Collected data:
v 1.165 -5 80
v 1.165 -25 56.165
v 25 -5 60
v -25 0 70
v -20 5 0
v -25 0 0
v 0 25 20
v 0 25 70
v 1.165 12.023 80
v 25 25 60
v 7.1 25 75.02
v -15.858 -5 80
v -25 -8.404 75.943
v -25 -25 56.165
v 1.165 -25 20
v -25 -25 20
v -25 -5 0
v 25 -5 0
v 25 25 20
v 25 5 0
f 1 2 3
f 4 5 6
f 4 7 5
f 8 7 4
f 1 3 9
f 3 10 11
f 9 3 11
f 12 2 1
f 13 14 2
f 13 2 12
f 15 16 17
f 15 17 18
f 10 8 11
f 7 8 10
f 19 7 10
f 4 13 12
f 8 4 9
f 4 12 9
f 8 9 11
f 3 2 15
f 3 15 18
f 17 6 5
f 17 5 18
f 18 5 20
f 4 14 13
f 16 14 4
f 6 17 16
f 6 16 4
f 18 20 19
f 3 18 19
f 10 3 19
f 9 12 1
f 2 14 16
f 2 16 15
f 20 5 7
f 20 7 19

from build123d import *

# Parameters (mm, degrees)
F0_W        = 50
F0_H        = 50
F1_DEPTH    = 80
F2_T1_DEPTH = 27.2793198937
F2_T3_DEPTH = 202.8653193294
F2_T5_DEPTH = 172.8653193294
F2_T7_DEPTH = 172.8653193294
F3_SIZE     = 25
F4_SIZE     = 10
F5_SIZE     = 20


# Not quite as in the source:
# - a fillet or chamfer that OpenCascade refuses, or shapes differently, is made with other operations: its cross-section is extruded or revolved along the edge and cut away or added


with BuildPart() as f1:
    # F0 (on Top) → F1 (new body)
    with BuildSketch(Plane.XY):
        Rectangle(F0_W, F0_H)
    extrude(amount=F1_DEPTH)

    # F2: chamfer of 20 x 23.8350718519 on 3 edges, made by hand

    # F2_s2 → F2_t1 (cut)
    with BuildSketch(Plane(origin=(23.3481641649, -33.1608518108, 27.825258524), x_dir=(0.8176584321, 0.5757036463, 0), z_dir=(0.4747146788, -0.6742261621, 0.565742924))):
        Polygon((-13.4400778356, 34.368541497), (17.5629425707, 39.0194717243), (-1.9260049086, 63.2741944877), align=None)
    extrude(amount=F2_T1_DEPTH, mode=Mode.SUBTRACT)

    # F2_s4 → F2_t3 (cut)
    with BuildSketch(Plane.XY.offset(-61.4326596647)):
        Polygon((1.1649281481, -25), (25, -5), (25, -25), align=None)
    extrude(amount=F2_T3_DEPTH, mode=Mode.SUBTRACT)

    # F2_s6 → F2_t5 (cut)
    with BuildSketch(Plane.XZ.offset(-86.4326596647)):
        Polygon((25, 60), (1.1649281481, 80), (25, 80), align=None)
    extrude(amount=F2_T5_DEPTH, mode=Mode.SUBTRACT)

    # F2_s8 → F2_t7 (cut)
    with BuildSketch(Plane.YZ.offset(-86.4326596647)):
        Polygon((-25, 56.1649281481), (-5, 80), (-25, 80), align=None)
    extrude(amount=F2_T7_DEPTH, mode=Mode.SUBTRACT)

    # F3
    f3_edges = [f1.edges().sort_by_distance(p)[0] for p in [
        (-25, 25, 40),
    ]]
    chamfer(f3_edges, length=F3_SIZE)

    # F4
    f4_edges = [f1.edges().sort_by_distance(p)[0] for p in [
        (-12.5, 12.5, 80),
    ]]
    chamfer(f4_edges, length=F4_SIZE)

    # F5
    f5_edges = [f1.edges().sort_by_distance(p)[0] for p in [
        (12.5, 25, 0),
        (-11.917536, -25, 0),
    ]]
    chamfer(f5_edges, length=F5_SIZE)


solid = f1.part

--

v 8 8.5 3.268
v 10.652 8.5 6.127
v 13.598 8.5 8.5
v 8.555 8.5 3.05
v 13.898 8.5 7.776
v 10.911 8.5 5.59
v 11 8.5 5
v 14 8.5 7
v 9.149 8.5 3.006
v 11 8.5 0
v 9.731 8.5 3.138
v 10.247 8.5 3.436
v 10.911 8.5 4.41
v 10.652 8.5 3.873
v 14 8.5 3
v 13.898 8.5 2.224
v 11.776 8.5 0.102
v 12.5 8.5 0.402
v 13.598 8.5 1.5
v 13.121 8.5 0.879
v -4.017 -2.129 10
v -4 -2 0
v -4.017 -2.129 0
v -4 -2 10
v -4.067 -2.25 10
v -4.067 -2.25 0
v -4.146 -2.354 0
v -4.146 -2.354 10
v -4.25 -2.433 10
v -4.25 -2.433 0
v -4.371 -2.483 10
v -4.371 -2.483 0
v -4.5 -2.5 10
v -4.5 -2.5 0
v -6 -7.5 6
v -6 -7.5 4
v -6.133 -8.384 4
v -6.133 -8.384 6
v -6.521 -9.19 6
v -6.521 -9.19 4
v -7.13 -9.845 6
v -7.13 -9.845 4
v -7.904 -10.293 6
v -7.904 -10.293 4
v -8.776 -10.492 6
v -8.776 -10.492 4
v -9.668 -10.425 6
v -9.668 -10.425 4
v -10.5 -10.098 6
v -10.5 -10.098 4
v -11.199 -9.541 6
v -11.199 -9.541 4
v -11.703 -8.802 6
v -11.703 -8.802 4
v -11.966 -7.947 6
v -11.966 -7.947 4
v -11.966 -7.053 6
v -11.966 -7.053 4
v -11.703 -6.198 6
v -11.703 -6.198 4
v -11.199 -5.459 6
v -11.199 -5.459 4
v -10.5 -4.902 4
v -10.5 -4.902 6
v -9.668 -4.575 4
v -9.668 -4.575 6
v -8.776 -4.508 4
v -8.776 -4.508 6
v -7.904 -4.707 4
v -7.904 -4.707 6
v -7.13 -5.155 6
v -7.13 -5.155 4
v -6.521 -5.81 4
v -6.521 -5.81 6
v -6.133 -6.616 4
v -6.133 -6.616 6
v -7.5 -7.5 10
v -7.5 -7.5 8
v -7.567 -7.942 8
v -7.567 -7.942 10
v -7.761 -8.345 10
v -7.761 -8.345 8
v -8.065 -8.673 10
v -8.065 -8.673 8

» What is expected: Return word for word the lines above from the line with "v -11.966 -7.947 4" to the line with "v -6.133 -6.616 4", including both and leaving out all others.

» Exercise answer:
v -11.966 -7.947 4
v -11.966 -7.053 6
v -11.966 -7.053 4
v -11.703 -6.198 6
v -11.703 -6.198 4
v -11.199 -5.459 6
v -11.199 -5.459 4
v -10.5 -4.902 4
v -10.5 -4.902 6
v -9.668 -4.575 4
v -9.668 -4.575 6
v -8.776 -4.508 4
v -8.776 -4.508 6
v -7.904 -4.707 4
v -7.904 -4.707 6
v -7.13 -5.155 6
v -7.13 -5.155 4
v -6.521 -5.81 4
v -6.521 -5.81 6
v -6.133 -6.616 4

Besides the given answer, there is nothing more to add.